Une récente étude menée par la faculté de psychologie de l’Université de Mons (Umons) confirme plusieurs recherches internationales qui montrent à quel point les policiers sont affectés émotionnellement par certains événements qu’ils sont amenés à constater.  Ajoutons que même le personnel intervenant en seconde ligne, parfois non policier, est concerné (analyste opérationnel, personnel réalisant des expertises sur la base de documents/vidéos, personnel administratif assistant des enquêteurs, etc.).
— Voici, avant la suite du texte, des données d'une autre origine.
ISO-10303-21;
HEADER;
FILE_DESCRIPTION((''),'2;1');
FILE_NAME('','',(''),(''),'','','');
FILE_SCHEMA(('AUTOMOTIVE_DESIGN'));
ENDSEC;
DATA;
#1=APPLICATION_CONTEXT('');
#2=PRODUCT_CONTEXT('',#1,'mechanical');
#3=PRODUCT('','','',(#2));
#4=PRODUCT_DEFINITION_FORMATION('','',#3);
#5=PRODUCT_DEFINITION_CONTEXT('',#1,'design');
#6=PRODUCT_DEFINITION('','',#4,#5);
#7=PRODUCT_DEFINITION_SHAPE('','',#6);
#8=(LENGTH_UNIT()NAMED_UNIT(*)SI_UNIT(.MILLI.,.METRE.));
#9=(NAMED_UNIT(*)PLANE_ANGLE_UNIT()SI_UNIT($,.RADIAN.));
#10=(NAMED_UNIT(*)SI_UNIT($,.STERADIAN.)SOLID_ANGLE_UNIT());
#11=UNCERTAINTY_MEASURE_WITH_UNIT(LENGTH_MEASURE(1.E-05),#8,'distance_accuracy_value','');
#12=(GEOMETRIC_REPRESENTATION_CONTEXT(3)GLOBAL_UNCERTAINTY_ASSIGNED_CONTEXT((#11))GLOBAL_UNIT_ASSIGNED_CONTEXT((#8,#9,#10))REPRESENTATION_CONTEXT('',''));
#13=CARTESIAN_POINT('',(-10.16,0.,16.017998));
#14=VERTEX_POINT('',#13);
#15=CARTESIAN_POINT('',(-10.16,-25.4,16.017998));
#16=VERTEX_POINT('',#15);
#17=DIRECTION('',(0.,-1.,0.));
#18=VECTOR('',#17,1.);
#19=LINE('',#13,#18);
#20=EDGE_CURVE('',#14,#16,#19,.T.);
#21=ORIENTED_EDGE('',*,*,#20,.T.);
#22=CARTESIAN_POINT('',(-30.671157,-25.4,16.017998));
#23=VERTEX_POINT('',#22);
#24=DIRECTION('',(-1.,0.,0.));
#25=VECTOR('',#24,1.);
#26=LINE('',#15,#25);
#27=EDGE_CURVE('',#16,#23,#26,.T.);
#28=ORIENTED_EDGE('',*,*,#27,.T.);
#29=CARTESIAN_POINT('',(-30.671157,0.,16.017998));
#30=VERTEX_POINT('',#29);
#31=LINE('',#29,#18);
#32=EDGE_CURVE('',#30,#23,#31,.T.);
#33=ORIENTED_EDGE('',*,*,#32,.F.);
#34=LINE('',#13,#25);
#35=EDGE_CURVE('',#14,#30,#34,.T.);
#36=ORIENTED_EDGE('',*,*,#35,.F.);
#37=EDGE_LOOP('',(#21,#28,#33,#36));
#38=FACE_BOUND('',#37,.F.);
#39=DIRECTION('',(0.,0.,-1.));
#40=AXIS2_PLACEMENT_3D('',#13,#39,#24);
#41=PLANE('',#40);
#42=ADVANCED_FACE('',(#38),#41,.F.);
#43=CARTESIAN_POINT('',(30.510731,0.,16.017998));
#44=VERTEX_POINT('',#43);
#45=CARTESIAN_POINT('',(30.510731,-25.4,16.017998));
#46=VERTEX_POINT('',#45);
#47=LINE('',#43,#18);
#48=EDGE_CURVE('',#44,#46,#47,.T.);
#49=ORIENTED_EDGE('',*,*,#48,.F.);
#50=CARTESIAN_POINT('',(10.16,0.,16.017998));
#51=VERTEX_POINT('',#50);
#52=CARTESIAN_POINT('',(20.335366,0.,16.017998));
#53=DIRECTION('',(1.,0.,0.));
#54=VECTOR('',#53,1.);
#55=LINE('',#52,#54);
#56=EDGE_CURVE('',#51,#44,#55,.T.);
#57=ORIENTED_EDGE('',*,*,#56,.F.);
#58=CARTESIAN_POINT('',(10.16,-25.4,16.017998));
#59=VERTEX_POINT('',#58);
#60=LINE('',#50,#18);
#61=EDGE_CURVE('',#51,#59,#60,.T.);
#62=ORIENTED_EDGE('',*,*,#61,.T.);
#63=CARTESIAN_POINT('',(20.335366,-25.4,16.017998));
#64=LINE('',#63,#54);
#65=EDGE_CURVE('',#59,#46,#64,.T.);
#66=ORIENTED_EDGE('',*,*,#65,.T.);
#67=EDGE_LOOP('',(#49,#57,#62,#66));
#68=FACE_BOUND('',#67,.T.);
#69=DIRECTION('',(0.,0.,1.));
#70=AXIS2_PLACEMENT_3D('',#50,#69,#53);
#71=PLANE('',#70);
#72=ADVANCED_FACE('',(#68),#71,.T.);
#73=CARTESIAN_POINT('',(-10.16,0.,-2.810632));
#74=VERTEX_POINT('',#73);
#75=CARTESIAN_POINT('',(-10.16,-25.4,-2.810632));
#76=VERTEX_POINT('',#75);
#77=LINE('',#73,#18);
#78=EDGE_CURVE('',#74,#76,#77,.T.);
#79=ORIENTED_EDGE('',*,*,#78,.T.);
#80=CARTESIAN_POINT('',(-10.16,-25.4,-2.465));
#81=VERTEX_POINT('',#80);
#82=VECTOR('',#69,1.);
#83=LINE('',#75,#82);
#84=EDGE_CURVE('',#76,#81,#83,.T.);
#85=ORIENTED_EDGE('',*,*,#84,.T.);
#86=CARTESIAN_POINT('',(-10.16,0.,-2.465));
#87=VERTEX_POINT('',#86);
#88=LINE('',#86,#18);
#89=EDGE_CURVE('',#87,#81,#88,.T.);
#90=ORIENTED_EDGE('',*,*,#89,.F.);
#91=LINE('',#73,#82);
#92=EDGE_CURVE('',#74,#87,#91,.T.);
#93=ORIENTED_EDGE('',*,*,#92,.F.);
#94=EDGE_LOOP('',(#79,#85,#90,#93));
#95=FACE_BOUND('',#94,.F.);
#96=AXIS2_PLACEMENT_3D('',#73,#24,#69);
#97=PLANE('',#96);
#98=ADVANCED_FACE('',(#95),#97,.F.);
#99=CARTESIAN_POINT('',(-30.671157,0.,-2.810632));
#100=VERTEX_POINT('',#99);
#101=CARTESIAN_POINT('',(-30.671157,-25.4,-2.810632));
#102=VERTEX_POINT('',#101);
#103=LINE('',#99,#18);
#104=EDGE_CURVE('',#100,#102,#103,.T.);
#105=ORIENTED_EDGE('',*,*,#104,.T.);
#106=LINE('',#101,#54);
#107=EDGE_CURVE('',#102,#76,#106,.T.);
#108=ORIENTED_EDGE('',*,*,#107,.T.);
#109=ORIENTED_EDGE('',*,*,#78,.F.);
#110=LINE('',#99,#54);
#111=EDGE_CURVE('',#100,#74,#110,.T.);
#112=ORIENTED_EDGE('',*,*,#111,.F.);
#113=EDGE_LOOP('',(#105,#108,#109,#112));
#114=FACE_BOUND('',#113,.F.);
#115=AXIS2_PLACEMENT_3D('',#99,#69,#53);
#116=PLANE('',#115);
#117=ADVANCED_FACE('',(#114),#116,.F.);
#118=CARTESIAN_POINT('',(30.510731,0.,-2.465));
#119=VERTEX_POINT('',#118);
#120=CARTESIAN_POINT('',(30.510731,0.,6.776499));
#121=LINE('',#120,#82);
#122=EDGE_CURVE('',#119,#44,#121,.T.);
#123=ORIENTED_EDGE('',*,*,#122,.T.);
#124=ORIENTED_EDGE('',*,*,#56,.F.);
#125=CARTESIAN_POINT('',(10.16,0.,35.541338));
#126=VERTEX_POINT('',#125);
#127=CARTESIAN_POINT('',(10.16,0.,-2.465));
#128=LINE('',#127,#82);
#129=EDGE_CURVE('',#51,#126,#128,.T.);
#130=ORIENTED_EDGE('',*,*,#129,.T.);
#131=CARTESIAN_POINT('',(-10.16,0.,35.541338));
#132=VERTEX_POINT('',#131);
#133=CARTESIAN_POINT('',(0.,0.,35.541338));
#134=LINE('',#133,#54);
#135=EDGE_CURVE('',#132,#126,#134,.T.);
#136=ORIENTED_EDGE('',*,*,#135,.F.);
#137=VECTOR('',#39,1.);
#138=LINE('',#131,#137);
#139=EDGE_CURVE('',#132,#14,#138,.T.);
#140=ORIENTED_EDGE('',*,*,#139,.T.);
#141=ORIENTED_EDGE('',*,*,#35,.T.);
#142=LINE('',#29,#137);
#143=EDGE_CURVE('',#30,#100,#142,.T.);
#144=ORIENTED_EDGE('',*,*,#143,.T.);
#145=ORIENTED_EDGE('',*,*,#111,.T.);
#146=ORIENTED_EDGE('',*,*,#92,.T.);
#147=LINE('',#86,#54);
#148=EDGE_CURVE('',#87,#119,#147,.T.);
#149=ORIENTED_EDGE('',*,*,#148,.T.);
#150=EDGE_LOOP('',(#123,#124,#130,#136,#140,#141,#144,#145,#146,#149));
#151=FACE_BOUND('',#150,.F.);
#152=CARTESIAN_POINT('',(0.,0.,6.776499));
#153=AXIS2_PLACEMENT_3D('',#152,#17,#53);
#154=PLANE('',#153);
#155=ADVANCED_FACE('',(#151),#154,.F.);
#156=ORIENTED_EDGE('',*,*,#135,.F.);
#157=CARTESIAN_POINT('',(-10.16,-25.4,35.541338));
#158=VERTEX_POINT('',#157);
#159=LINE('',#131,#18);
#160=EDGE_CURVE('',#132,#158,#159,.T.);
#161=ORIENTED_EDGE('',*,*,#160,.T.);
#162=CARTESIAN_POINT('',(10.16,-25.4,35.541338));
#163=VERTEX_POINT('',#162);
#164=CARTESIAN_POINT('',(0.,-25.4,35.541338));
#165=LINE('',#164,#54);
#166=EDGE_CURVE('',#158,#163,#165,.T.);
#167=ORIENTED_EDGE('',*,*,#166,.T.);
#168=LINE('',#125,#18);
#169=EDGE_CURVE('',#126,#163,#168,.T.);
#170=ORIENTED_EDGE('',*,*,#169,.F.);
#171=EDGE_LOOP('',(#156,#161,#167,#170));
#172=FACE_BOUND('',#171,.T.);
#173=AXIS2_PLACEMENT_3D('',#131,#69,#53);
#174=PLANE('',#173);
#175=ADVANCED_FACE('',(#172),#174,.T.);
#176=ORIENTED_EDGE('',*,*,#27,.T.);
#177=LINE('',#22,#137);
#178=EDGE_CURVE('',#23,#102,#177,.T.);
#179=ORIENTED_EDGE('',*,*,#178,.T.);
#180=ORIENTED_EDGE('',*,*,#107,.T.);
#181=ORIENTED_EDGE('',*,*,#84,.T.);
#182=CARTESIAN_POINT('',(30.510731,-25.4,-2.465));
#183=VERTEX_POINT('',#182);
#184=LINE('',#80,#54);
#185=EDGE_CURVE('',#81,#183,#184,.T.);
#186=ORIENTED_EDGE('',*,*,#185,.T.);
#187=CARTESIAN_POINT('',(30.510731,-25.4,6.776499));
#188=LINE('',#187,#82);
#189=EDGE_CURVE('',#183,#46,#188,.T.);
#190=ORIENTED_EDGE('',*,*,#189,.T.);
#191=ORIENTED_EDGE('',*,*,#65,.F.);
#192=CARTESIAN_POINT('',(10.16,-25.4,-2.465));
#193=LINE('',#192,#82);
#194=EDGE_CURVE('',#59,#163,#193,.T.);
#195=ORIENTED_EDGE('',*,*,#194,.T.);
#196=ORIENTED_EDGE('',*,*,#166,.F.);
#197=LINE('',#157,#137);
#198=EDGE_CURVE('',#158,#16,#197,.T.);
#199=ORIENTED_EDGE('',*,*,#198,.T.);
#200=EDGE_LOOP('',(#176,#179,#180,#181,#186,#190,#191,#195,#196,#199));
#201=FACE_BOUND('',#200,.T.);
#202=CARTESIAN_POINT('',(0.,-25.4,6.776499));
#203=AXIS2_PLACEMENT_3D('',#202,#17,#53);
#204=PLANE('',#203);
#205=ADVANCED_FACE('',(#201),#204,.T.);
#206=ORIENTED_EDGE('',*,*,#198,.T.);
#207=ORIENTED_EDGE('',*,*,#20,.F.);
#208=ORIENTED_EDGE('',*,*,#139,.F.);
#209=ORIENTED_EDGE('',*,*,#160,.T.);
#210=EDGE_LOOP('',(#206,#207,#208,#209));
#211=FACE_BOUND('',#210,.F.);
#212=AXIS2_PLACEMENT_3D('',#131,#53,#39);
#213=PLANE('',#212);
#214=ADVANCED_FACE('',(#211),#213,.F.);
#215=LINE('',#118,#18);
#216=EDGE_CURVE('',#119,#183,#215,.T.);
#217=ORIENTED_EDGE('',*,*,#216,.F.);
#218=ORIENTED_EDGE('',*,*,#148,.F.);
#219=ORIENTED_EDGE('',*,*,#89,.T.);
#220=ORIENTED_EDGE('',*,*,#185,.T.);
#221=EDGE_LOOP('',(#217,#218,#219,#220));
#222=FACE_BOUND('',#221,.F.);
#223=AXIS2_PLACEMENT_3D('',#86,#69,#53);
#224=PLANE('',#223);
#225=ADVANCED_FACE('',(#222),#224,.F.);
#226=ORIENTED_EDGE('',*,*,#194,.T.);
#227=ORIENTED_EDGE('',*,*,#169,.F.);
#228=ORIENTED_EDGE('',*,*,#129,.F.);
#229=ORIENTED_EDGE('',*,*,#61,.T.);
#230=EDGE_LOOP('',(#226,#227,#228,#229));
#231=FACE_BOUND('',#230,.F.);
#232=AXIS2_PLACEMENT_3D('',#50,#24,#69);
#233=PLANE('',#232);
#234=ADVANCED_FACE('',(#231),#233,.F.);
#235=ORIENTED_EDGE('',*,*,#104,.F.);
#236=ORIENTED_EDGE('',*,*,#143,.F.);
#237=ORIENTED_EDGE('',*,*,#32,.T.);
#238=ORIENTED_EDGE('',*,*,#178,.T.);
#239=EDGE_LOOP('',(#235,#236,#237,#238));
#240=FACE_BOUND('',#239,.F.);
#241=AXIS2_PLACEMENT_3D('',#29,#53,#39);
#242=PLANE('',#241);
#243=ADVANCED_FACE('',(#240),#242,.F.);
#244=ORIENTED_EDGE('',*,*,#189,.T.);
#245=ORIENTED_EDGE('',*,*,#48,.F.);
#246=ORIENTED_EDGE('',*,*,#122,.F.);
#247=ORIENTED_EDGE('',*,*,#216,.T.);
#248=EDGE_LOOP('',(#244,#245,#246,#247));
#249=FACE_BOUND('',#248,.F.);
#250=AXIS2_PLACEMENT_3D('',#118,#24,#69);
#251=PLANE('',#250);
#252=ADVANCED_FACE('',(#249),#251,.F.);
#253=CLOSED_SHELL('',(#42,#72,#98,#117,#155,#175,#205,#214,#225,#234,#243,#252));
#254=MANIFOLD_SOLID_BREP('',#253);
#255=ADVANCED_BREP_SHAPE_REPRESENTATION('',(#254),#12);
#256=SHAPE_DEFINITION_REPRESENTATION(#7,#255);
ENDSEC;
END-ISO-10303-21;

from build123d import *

# Parameters (mm, degrees)
F0_W     = 20.32
F0_H     = 18.4829973394
F0_H_2   = 19.5233401282
F0_W_2   = 20.3507310414
F1_DEPTH = 25.4


with BuildPart() as f1:
    # F0 (on Front) → F1 (new body)
    with BuildSketch(Plane.XZ):
        with Locations((0, 6.7764989921)):
            Rectangle(F0_W, F0_H)
        with Locations((0, 25.7796677259)):
            Rectangle(F0_W, F0_H_2)
        with Locations((20.3353655207, 6.7764989921)):
            Rectangle(F0_W_2, F0_H)
        Polygon((-10.16, -2.4649996776), (-10.16, 16.0179976618), (-30.6711569428, 16.0179976618), (-30.6711569428, -2.8106316458), (-10.16, -2.8106316458), align=None)
    extrude(amount=F1_DEPTH)


solid = f1.part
Dans la recherche de l’Umons, près de 40% des répondants présentent des signes de stress post-traumatique. Dans 15% des cas, on considère qu’il s’agit même d’un trouble de stress aigu, ce qui confirme les données internationales. Le plus souvent, ce sont les événements entraînant la mort, notamment lors d’accidents de la circulation, les homicides et les suicides, qui sont les plus traumatiques, ainsi que les agressions – comme les faits de mœurs – commis sur des mineurs.

L’étude de l’Umons montre que, malgré leur faible expérience, les aspirants inspecteurs sont également touchés de manière plus importante encore, surtout quand ils sont confrontés à la violence.

Sur le plan personnel, une série de symptômes sont généralement observés :

  • Problème d’insomnie pouvant entraîner des troubles de l’attention, ce qui constitue un risque important lors d’intervention ;
  • De la dépression ;
  • Des tremblements, des flash-back, … ;
  • Une altération de l’humeur ;
  • Un phénomène de dissociation qui se traduit par une sensation de détachement de soi et/ou de son environnement (dépersonnalisation/déréalisation, incapacité à se souvenir d'informations personnelles importantes, …), etc.

Au niveau relationnel, les personnes concernées ont tendance à manifester une forte inquiétude voire de la paranoïa, ce qui les conduit à adopter des comportements d’évitement et à craindre sans cesse pour la sécurité de leur proche. Leur vie sociale et celle de leur entourage sont d’autant plus affectées qu’ils peinent à faire confiance. Ces difficultés touchent avec plus d’acuité ceux qui ont une perception manichéenne du monde.

Sur le plan professionnel, des difficultés apparaissent également puisque ces troubles ont tendance à faire augmenter l’absentéisme et ils peuvent s’ajouter aux facteurs conduisant aux suicides. Il n’est pas exclu qu’ils se traduisent par un épuisement émotionnel qui, notamment, réduit les performances et atténue la motivation du travailleur.

 

Un effet « boule de neige »

Le problème doit d’autant plus attirer l’attention des dirigeants qu’il existe un mécanisme appelé « contagion émotionnelle » qui s’explique par le fait que les membres d’une équipe ont tendance à converger émotionnellement avec les autres. Ils sont alors amenés à partager leurs croyances et expériences jusqu’à ressentir des émotions collectives. Voir les autres atteints émotionnellement joue sur la perception de l’environnement de travail et attise un stress collectif qui se diffuse avec des effets négatifs sur le travail (multiplication d’erreurs, etc.). Et ces mêmes effets créent des troubles, dans un cercle vicieux qu’il convient de stopper au plus tôt.

 

Prévenir et réagir

Pour ne pas paraître faible, par peur de rater une promotion, le personnel concerné parle peu de ses problèmes et il cherche encore moins de l’aide.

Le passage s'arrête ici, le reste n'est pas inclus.